Source data
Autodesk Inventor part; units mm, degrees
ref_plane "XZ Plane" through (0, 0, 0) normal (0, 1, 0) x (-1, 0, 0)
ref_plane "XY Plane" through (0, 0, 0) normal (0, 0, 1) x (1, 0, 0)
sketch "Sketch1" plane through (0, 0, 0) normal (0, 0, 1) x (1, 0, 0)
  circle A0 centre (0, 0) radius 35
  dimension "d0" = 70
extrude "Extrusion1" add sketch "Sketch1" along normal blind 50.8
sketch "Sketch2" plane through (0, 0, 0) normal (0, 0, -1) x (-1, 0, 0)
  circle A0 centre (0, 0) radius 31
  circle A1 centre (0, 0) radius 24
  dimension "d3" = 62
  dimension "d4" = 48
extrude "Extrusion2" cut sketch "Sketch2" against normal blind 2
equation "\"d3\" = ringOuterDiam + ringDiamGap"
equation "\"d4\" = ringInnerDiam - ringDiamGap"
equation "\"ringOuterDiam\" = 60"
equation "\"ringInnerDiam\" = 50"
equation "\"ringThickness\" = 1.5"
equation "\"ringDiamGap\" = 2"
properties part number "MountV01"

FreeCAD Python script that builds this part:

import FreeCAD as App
import Part
import Sketcher

doc = App.newDocument("Part")
params = doc.addObject("Spreadsheet::Sheet", "Params")
for row, (alias, value) in enumerate([
    ("sketch1_diameter", "70 mm"),
    ("pad1_length", "50.8 mm"),
    ("sketch2_diameter", "62 mm"),
    ("sketch2_diameter2", "48 mm"),
    ("pocket1_length", "2 mm"),
], start=1):
    params.set(f"A{row}", alias)
    params.set(f"B{row}", "=" + value)
    params.setAlias(f"B{row}", alias)

body = doc.addObject("PartDesign::Body", "Body")

# Sketch on XY plane
sketch1 = body.newObject("Sketcher::SketchObject", "Sketch")
sketch1.AttachmentSupport = (doc.getObject("XY_Plane"), [""])
sketch1.MapMode = "FlatFace"
sketch1.addGeometry(Part.Circle(App.Vector(0, 0, 0), App.Vector(0, 0, 1), 35), False)
sketch1.addConstraint([
    Sketcher.Constraint("Coincident", 0, 3, -1, 1),
    Sketcher.Constraint("Diameter", 0, 70.0),
])
sketch1.setExpression("Constraints[1]", "Params.sketch1_diameter")
pad1 = body.newObject("PartDesign::Pad", "Pad")
pad1.Profile = sketch1
pad1.setExpression("Length", "Params.pad1_length")

# Sketch on XY plane
sketch2 = body.newObject("Sketcher::SketchObject", "Sketch001")
sketch2.AttachmentSupport = (doc.getObject("XY_Plane"), [""])
sketch2.MapMode = "FlatFace"
sketch2.addGeometry([
    Part.Circle(App.Vector(0, 0, 0), App.Vector(0, 0, 1), 31),
    Part.Circle(App.Vector(0, 0, 0), App.Vector(0, 0, 1), 24),
], False)
sketch2.addConstraint([
    Sketcher.Constraint("Coincident", 0, 3, -1, 1),
    Sketcher.Constraint("Coincident", 1, 3, -1, 1),
    Sketcher.Constraint("Diameter", 0, 62.0),
    Sketcher.Constraint("Diameter", 1, 48.0),
])
sketch2.setExpression("Constraints[2]", "Params.sketch2_diameter")
sketch2.setExpression("Constraints[3]", "Params.sketch2_diameter2")
pocket1 = body.newObject("PartDesign::Pocket", "Pocket")
pocket1.Profile = sketch2
pocket1.setExpression("Length", "Params.pocket1_length")
pocket1.Reversed = True

doc.recompute()
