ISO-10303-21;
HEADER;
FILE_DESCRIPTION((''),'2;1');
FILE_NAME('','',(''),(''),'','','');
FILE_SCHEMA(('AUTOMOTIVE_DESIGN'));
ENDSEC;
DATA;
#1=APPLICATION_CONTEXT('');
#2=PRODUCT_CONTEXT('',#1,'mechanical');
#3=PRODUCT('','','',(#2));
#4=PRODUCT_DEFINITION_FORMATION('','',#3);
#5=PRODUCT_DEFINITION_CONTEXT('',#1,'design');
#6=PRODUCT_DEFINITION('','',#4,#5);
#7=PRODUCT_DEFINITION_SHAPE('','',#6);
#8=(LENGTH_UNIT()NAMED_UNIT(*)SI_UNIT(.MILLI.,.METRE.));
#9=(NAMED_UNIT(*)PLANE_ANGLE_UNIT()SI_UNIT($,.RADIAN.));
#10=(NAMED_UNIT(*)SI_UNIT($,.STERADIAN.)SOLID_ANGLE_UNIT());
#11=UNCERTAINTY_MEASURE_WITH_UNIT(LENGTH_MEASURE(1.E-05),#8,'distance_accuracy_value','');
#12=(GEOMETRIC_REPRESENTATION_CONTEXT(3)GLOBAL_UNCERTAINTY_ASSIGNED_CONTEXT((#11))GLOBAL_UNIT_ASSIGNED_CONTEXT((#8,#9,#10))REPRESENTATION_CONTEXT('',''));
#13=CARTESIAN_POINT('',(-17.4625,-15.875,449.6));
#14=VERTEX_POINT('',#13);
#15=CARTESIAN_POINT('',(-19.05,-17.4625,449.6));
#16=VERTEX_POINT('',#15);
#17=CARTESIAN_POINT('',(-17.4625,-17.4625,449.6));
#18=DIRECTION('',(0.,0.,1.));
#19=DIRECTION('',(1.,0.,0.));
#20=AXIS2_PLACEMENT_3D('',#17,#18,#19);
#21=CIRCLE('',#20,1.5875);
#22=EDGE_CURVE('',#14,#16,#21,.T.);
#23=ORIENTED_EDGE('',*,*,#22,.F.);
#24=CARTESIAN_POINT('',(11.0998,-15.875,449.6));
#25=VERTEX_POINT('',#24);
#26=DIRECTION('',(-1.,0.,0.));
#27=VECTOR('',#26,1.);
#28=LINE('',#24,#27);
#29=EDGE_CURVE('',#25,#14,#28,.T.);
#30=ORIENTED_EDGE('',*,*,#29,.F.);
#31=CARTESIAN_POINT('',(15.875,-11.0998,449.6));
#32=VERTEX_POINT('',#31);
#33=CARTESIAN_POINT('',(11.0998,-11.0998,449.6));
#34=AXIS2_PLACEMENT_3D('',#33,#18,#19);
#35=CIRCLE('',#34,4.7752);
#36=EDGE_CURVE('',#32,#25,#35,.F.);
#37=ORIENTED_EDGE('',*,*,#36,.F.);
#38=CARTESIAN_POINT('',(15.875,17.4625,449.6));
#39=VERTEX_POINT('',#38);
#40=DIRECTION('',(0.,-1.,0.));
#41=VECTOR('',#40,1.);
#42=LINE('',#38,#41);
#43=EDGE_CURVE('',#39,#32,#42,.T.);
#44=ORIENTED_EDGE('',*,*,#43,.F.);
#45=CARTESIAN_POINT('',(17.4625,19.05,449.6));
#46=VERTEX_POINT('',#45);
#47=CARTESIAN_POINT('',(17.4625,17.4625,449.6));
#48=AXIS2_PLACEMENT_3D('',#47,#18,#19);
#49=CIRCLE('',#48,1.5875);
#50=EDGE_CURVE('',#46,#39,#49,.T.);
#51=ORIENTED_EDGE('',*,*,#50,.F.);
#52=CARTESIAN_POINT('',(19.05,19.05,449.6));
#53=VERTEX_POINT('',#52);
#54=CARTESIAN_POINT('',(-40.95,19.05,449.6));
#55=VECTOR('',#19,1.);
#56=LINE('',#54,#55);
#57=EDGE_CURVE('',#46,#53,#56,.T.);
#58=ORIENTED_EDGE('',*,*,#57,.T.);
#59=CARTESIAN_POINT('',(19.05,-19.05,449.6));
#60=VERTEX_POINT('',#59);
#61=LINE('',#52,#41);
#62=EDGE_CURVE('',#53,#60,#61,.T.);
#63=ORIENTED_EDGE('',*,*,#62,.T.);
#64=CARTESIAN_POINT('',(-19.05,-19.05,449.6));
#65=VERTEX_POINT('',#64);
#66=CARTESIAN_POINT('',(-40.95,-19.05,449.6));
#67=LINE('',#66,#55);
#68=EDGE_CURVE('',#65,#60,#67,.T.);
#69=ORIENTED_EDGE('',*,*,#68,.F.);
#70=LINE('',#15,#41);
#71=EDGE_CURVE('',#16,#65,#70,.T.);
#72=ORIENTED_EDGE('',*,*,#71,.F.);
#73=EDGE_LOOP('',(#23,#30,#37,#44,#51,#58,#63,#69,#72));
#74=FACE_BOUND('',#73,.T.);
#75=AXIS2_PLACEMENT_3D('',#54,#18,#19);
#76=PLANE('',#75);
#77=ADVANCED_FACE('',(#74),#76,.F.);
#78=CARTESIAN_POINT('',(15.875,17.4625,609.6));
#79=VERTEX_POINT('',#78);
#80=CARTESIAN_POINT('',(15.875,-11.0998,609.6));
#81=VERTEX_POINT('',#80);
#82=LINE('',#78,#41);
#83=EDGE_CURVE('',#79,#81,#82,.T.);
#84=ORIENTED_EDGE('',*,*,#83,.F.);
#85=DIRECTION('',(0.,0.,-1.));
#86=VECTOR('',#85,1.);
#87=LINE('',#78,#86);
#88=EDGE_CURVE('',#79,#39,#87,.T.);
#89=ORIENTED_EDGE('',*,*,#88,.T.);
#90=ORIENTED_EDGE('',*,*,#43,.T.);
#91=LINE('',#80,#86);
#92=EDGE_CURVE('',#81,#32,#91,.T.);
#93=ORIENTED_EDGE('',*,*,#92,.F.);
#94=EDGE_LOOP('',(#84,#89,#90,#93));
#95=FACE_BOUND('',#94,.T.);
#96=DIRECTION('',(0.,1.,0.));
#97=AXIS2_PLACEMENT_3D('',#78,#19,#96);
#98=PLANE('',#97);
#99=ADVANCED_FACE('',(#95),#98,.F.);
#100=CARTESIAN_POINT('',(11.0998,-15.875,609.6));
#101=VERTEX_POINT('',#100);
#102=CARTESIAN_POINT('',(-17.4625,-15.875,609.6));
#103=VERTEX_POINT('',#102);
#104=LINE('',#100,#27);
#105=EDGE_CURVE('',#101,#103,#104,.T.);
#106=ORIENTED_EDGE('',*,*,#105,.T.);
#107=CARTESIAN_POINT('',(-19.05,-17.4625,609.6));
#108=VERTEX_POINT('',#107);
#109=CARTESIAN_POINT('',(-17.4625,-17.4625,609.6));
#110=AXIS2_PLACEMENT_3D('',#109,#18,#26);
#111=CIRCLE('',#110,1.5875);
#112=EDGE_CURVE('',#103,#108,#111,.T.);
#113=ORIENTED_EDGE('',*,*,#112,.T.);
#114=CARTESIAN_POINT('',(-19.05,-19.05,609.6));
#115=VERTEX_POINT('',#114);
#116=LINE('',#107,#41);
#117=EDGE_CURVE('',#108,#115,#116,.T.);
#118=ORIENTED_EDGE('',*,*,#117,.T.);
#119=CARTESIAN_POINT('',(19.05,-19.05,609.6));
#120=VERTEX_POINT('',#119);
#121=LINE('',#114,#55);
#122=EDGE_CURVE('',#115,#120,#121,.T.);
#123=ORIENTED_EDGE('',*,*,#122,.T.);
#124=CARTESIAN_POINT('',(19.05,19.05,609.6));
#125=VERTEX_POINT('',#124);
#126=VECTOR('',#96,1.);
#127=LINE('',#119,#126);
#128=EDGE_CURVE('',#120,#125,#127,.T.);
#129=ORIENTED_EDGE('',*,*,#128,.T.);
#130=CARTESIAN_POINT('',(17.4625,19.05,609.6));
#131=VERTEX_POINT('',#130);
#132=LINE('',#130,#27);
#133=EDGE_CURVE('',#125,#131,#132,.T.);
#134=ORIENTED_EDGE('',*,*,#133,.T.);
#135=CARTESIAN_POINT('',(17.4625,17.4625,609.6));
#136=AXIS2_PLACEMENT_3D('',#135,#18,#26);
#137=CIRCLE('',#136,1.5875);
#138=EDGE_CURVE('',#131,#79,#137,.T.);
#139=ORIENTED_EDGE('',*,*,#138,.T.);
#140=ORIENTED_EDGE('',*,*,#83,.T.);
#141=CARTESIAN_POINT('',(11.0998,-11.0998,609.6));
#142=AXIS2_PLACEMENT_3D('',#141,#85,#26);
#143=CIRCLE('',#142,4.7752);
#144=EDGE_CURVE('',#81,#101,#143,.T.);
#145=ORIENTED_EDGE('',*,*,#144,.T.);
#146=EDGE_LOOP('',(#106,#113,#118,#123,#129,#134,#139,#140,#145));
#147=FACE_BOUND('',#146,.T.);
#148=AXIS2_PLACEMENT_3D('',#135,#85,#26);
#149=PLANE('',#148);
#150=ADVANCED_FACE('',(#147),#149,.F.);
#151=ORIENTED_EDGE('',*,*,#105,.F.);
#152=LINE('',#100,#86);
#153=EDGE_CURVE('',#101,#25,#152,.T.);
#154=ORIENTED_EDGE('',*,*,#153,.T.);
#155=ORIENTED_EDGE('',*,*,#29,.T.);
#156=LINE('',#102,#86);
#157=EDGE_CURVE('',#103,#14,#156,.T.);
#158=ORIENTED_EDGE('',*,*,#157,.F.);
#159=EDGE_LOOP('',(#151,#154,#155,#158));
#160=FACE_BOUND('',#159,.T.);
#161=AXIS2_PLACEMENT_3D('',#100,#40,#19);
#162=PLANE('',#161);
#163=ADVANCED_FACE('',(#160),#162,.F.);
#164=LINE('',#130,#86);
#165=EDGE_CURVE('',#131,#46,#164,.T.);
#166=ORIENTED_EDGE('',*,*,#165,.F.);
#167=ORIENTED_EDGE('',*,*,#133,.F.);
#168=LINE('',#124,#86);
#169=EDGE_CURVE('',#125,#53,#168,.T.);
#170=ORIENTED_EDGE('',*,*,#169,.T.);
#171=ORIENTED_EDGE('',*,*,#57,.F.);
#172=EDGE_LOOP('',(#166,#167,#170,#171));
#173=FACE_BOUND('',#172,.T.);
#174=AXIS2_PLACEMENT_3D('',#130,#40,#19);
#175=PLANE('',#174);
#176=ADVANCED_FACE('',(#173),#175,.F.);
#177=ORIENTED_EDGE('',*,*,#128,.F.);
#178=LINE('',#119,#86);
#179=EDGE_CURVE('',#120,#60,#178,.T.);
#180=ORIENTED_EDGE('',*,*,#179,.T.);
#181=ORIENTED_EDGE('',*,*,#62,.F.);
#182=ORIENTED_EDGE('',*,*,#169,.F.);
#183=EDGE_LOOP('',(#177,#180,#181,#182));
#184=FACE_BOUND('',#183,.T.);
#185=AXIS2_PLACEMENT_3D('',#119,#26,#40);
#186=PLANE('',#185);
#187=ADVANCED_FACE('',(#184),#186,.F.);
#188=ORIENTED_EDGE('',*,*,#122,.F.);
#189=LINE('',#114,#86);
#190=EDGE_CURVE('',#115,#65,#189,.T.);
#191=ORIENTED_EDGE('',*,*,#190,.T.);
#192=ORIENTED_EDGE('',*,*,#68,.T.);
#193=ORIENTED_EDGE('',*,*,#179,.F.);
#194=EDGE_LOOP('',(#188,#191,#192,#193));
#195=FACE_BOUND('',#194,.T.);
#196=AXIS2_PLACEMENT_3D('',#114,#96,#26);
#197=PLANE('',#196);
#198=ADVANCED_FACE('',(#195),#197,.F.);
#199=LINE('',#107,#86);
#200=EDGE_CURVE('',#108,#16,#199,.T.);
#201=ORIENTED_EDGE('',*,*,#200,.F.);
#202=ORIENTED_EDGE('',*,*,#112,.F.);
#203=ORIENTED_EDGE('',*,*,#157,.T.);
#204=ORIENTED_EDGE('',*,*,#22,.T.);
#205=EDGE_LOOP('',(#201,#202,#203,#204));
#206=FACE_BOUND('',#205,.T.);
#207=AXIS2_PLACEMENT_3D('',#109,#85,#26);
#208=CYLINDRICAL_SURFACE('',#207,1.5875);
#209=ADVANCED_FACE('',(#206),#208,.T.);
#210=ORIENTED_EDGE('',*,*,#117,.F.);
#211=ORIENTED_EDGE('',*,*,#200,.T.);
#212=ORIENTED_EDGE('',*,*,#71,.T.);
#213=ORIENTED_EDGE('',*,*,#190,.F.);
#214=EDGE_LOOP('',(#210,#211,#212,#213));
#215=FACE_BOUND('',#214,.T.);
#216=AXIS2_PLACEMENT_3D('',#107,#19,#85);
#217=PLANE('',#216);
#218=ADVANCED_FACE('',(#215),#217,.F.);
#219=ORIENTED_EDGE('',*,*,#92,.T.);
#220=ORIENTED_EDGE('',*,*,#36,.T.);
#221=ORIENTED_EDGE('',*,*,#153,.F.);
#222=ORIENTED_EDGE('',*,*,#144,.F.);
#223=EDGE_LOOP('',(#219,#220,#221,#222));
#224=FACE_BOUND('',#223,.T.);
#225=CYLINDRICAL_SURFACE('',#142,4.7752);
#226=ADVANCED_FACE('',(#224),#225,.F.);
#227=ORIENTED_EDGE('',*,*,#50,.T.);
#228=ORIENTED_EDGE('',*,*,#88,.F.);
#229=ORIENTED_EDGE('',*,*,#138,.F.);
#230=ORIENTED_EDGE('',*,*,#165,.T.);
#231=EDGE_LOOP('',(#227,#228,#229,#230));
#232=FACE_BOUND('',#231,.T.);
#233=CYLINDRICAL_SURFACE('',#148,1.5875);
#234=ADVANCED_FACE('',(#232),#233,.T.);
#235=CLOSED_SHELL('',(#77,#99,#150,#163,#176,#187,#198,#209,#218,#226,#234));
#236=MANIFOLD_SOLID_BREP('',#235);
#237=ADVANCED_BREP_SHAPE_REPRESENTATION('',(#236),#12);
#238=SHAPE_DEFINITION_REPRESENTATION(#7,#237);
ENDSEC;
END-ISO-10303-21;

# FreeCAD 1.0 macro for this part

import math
import FreeCAD as App
import Part
import Sketcher
Q = App.Units.Quantity


def add_polygon(sketch, points):
    """Adds a closed chain of lines whose ends are joined by coincident constraints."""
    first, n = sketch.GeometryCount, len(points)
    for a, b in zip(points, points[1:] + points[:1]):
        sketch.addGeometry(Part.LineSegment(App.Vector(*a, 0), App.Vector(*b, 0)), False)
    for i in range(n):
        sketch.addConstraint(Sketcher.Constraint("Coincident", first + i, 2, first + (i + 1) % n, 1))

doc = App.newDocument("Part")
body = doc.addObject("PartDesign::Body", "Body")

# Sketch on XY plane
sketch1 = body.newObject("Sketcher::SketchObject", "Sketch")
sketch1.AttachmentSupport = (doc.getObject("XY_Plane"), [""])
sketch1.MapMode = "FlatFace"
sketch1.addGeometry([
    Part.LineSegment(App.Vector(-19.05, -19.05, 0), App.Vector(19.05, -19.05, 0)),  # 0
    Part.LineSegment(App.Vector(19.05, -19.05, 0), App.Vector(19.05, 19.05, 0)),  # 1
    Part.LineSegment(App.Vector(19.05, 19.05, 0), App.Vector(17.4625, 19.05, 0)),  # 2
    Part.ArcOfCircle(Part.Circle(App.Vector(17.4625, 17.4625, 0), App.Vector(0, 0, 1), 1.5875), math.radians(90), math.radians(180)),  # 3
    Part.LineSegment(App.Vector(15.875, 17.4625, 0), App.Vector(15.875, -11.0998, 0)),  # 4
    Part.ArcOfCircle(Part.Circle(App.Vector(11.0998, -11.0998, 0), App.Vector(0, 0, 1), 4.7752), math.radians(-90), math.radians(0)),  # 5
    Part.LineSegment(App.Vector(11.0998, -15.875, 0), App.Vector(-17.4625, -15.875, 0)),  # 6
    Part.ArcOfCircle(Part.Circle(App.Vector(-17.4625, -17.4625, 0), App.Vector(0, 0, 1), 1.5875), math.radians(90), math.radians(180)),  # 7
    Part.LineSegment(App.Vector(-19.05, -17.4625, 0), App.Vector(-19.05, -19.05, 0)),  # 8
], False)
sketch1.addConstraint([
    Sketcher.Constraint("Coincident", 0, 2, 1, 1),
    Sketcher.Constraint("Coincident", 1, 2, 2, 1),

Task statement
Within the listing above, extract exactly the lines from the line with "#229=ORIENTED_EDGE('',*,*,#138,.F.);" to the line with "# FreeCAD 1.0 macro for this part", the two named lines included, and no others.

The completed task
#229=ORIENTED_EDGE('',*,*,#138,.F.);
#230=ORIENTED_EDGE('',*,*,#165,.T.);
#231=EDGE_LOOP('',(#227,#228,#229,#230));
#232=FACE_BOUND('',#231,.T.);
#233=CYLINDRICAL_SURFACE('',#148,1.5875);
#234=ADVANCED_FACE('',(#232),#233,.T.);
#235=CLOSED_SHELL('',(#77,#99,#150,#163,#176,#187,#198,#209,#218,#226,#234));
#236=MANIFOLD_SOLID_BREP('',#235);
#237=ADVANCED_BREP_SHAPE_REPRESENTATION('',(#236),#12);
#238=SHAPE_DEFINITION_REPRESENTATION(#7,#237);
ENDSEC;
END-ISO-10303-21;

# FreeCAD 1.0 macro for this part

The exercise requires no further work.